Right, got it - thanks for your help - I swear I had been through all the frontend screens before but I stumbled across this last night at like 11:30PM - works like a charm now.
I completely redid my setup and put the machine in the living room. It is working with the following hardware:
Compaq Deskpro EN P733 SFF
Intel i810 sound
Linksys WMP54G v4.1 (aka "rt61") wireless NIC (compiled driver from CVS)
PVR-150 decoder (added tuner option)
nVidia GeForce FX5200 (changed to tv-out XF86Config-4 sample file)
USB Keyboard/Mouse
I was forced to use the PCI version of the nVidia because the only AGP the Deskpro has is in the i815 integrated video chipset hardware..no external AGP slot.
I tried using an ATI Radeon 7K clone it was F-A-S-T using VGA with the "ati" driver in X but couldn't get the TVOUT working in X. Rather than recompling XFree86 from scratch so I could try the GATOS drivers I decided 8 hours of my life was worth another $60 for the nVidia card.
I made the XF86Config-4 nVidia TV OUT sample file my active XF86Config-4 file and added these options:
Options "TwinView"
Options "TwinView Orientation" "Clone"
Options "ConnectedMonitor" "TV, CRT"
to enable BOTH outputs simultaneously on the GeForce card..but after some lockups decided to revert to the settings in the original file (output to tV only).
I think the lockups were actually due to the rt61 or its CVS drivers but I can't prove it right now..for whatever reason the lockups have stopped now.
The default rt61 driver that came preloaded with R5D1 segfaulted when I tried to "ifconfig ra0 up" so I recompiled "rt61" open source driver from CVS...copied the new module over top of the one in module "extra" directory and was pleasantly surprised when it started working.
For whatever reason I had specified the WEP options in the setup dialogs and they weren't taking effect.

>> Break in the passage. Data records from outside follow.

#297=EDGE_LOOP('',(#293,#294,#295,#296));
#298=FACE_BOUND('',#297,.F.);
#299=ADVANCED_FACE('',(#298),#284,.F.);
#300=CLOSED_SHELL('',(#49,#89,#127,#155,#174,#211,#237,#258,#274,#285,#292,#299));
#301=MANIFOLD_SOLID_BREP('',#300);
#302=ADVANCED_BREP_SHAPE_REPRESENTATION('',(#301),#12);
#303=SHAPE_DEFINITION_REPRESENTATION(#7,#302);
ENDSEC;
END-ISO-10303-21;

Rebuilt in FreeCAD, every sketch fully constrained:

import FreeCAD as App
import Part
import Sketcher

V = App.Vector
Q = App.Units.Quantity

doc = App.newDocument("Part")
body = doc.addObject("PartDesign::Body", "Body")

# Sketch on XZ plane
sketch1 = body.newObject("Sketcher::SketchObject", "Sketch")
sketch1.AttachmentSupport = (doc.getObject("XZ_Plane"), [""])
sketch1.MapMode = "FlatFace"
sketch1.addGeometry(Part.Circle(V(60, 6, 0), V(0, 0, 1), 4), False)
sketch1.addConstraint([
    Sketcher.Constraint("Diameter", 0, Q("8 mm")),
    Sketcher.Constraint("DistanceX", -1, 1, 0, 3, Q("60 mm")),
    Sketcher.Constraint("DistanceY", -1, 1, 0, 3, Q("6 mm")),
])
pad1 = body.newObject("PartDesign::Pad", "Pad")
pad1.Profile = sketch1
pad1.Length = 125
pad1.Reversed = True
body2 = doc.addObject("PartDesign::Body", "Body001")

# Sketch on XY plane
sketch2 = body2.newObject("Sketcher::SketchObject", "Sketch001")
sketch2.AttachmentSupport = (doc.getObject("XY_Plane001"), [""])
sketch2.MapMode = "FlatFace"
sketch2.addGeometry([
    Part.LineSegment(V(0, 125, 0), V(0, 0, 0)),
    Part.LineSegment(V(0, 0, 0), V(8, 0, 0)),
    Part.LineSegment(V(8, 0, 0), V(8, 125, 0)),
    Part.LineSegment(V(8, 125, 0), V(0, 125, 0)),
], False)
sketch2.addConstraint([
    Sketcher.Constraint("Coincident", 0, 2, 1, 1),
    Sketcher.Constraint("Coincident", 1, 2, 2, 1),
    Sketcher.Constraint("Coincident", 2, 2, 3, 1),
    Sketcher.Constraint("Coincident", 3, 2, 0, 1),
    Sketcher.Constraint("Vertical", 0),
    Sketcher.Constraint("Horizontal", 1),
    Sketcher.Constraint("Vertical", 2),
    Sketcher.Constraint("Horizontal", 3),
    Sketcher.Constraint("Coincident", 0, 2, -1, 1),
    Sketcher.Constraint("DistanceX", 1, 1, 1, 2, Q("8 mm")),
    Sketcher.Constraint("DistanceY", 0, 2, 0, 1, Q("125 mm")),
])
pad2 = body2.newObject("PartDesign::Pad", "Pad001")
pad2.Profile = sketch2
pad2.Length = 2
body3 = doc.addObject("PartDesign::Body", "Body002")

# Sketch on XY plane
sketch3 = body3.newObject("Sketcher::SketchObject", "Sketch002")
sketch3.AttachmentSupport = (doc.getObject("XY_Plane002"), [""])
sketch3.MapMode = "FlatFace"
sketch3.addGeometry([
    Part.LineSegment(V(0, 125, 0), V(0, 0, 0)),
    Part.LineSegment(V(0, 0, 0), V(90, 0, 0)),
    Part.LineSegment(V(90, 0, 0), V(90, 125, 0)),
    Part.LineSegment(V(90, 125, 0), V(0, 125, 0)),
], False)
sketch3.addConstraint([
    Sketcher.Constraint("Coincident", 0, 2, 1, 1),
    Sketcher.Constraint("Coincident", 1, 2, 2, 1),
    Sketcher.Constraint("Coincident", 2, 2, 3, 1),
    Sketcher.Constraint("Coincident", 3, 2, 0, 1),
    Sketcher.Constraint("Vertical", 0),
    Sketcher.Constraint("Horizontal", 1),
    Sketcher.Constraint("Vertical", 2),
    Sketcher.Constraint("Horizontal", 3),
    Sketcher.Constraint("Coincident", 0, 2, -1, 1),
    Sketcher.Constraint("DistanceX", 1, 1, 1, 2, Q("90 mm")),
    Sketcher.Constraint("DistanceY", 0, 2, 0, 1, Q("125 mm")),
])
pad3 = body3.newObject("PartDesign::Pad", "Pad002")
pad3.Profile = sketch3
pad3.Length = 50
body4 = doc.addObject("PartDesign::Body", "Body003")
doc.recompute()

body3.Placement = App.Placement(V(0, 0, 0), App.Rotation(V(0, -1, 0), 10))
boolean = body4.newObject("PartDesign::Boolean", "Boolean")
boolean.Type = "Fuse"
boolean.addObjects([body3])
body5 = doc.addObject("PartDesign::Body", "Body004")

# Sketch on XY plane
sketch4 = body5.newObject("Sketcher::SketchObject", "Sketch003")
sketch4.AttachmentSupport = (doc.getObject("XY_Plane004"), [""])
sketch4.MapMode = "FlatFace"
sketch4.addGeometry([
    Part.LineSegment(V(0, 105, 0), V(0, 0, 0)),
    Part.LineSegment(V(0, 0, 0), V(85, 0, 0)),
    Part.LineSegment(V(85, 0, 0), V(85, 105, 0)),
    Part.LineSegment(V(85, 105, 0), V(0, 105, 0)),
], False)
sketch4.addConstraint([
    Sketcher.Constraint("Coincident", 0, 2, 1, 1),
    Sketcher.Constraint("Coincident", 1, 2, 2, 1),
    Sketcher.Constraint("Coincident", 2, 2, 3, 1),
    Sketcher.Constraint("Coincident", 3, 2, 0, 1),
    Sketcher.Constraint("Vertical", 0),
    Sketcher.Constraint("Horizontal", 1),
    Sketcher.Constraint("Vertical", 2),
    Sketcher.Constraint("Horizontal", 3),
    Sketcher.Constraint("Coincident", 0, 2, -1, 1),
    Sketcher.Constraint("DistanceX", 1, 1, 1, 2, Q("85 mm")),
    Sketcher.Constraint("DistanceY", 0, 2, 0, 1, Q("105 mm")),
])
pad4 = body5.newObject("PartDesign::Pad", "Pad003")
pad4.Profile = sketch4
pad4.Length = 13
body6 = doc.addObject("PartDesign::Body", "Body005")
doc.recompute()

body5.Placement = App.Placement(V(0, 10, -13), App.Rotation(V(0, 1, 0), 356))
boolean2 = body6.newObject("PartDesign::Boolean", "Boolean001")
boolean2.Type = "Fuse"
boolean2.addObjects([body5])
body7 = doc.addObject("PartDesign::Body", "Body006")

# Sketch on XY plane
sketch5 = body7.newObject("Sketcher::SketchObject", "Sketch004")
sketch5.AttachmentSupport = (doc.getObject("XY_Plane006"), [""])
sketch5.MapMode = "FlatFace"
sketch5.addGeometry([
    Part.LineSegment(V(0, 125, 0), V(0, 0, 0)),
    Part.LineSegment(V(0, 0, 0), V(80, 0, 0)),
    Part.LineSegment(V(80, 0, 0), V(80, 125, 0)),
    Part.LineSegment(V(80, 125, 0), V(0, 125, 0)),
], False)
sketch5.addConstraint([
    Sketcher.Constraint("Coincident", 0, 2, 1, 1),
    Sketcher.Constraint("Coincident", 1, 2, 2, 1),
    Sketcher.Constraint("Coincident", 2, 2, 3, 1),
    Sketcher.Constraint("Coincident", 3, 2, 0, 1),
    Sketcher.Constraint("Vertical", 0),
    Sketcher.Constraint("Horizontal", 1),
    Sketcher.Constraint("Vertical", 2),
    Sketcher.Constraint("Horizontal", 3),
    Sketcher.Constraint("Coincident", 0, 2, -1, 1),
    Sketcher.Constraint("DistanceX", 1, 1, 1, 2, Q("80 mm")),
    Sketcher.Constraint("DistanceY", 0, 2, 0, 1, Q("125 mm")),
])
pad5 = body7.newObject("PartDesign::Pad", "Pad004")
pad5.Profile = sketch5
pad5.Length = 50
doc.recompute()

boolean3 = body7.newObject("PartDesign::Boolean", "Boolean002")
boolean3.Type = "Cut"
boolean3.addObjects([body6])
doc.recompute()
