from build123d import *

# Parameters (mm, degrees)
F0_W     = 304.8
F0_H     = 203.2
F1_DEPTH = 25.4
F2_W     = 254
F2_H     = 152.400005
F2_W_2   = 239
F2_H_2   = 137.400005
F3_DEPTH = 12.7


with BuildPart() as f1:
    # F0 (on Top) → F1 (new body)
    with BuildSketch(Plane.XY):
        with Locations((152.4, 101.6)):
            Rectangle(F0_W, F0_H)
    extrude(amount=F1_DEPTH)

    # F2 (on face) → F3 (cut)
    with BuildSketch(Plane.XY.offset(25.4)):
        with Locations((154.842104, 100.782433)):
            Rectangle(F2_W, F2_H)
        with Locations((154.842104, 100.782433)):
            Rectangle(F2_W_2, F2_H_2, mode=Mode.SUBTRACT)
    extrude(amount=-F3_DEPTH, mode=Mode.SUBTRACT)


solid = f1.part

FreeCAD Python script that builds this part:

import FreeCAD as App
import Part
import Sketcher

V = App.Vector
Q = App.Units.Quantity


def add_polygon(sketch, points):
    """Adds a closed chain of lines whose ends are joined by coincident constraints."""
    first, n = sketch.GeometryCount, len(points)
    for a, b in zip(points, points[1:] + points[:1]):
        sketch.addGeometry(Part.LineSegment(App.Vector(*a, 0), App.Vector(*b, 0)), False)
    for i in range(n):
        sketch.addConstraint(Sketcher.Constraint("Coincident", first + i, 2, first + (i + 1) % n, 1))

doc = App.newDocument("Part")
params = doc.addObject("Spreadsheet::Sheet", "Params")
for row, (alias, value) in enumerate([
    ("sketch1_width", "12 in"),
    ("sketch1_height", "8 in"),
    ("pad1_length", "1 in"),
    ("sketch2_width", "10 in"),
    ("sketch2_height", "6.0000002 in"),
    ("pocket1_length", "0.5 in"),
], start=1):
    params.set(f"A{row}", alias)
    params.set(f"B{row}", "=" + value)
    params.setAlias(f"B{row}", alias)

body = doc.addObject("PartDesign::Body", "Body")

# Sketch on XY plane
sketch1 = body.newObject("Sketcher::SketchObject", "Sketch")
sketch1.AttachmentSupport = (doc.getObject("XY_Plane"), [""])
sketch1.MapMode = "FlatFace"
add_polygon(sketch1, [(0, 203), (0, 0), (305, 0), (305, 203)])  # lines 0-3
sketch1.addConstraint(Sketcher.Constraint("Vertical", 0))
sketch1.addConstraint(Sketcher.Constraint("Horizontal", 1))
sketch1.addConstraint(Sketcher.Constraint("Vertical", 2))
sketch1.addConstraint(Sketcher.Constraint("Horizontal", 3))
sketch1.addConstraint(Sketcher.Constraint("Coincident", 0, 2, -1, 1))
sketch1.addConstraint(Sketcher.Constraint("DistanceX", 1, 1, 1, 2, Q("12 in")))
sketch1.addConstraint(Sketcher.Constraint("DistanceY", 0, 2, 0, 1, Q("8 in")))
sketch1.setExpression("Constraints[9]", "Params.sketch1_width")
sketch1.setExpression("Constraints[10]", "Params.sketch1_height")
pad1 = body.newObject("PartDesign::Pad", "Pad")
pad1.Profile = sketch1
pad1.setExpression("Length", "Params.pad1_length")

# Sketch on XY plane
sketch2 = body.newObject("Sketcher::SketchObject", "Sketch001")
sketch2.AttachmentSupport = (doc.getObject("XY_Plane"), [""])
sketch2.MapMode = "FlatFace"
sketch2.AttachmentOffset = App.Placement(V(0, 0, 1 * 25.4), App.Rotation())
add_polygon(sketch2, [(28, 177), (28, 25), (282, 25), (282, 177)])  # lines 0-3
add_polygon(sketch2, [(274, 32), (35, 32), (35, 169), (274, 169)])  # lines 4-7
sketch2.addConstraint(Sketcher.Constraint("Vertical", 0))
sketch2.addConstraint(Sketcher.Constraint("Horizontal", 1))
sketch2.addConstraint(Sketcher.Constraint("Vertical", 2))
sketch2.addConstraint(Sketcher.Constraint("Horizontal", 3))
sketch2.addConstraint(Sketcher.Constraint("Horizontal", 4))
sketch2.addConstraint(Sketcher.Constraint("Vertical", 5))
sketch2.addConstraint(Sketcher.Constraint("Horizontal", 6))
sketch2.addConstraint(Sketcher.Constraint("Vertical", 7))
sketch2.addConstraint(Sketcher.Constraint("DistanceX", 1, 1, 1, 2, Q("10 in")))
sketch2.addConstraint(Sketcher.Constraint("DistanceY", 0, 2, 0, 1, Q("6.0000002 in")))
sketch2.addConstraint(Sketcher.Constraint("DistanceX", 4, 2, 4, 1, Q("239 mm")))
sketch2.addConstraint(Sketcher.Constraint("DistanceX", 0, 2, 4, 2, Q("7.5 mm")))
sketch2.addConstraint(Sketcher.Constraint("DistanceY", 0, 2, 4, 2, Q("7.5 mm")))
sketch2.addConstraint(Sketcher.Constraint("DistanceY", 5, 2, 3, 2, Q("7.5 mm")))
sketch2.addConstraint(Sketcher.Constraint("DistanceY", -1, 1, 0, 2, Q("24.582431 mm")))
sketch2.addConstraint(Sketcher.Constraint("DistanceX", -1, 1, 0, 2, Q("27.842104 mm")))
sketch2.setExpression("Constraints[16]", "Params.sketch2_width")
sketch2.setExpression("Constraints[17]", "Params.sketch2_height")
pocket1 = body.newObject("PartDesign::Pocket", "Pocket")
pocket1.Profile = sketch2
pocket1.setExpression("Length", "Params.pocket1_length")

doc.recompute()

Added a shell script to set iwconfig options and WEP keys, then added an "up /etc/network/wep.sh" line to the /etc/network/interfaces file to postconfigure the "rt61" card.
Next I will be working on seeing that I've gotten all of the acceleration I can get out of the GeForce (seeing as I've only got 733Mhz CPU) and setting up MythGame probably.
Two jobs seems to be the max this little box can process simultaneously - one recording and one watching - after FINALLY getting it all to work I was disappointed last night to see choppy frames.
After running 'top' for a while and getting it sorted right I figured out that the "mythcommflag" process had kicked in looking for commericals in the background while it was recording another program - killing off process restored functionality - I suppose I'll have to tweak the commerical flagging stuff - or learn to live with it.
One thing I noticed is that in some modules the screen image (like with streaming) stays on the display for an extended period of time. Is anyone concerned about screen burn in? I am using traditional CRT TV..
Thanks to everyone for all of your help - and the developers for making a product with such a rich feature set! Still tinkering..
John
tjc wrote:
The sound is controlled in at least two or three different places.
- The capture volume - this is what you've been setting with the recording profile
- The PCM volume - on some cards this is just an on/off, but in others it really works
- The Master output volume - this is the final "knob" inside the computer
The volume you hear is the multiplicative result of all of these, plus whatever other pieces you upstream (A/V receiver, speakers, ...)
You've already got the capture volume under control, but you need to setup/set the internal volume controls. See the setting page at:
Utilities/Setup -> Setup -> General -> 3rd screen
Enable internal volume control, pick the appropriate mixer settings, and whether to use your Master or PCM volume control.
Now go and watch Live TV and use the '[' and ']' (left and right square bracket) keys to adjust your volume.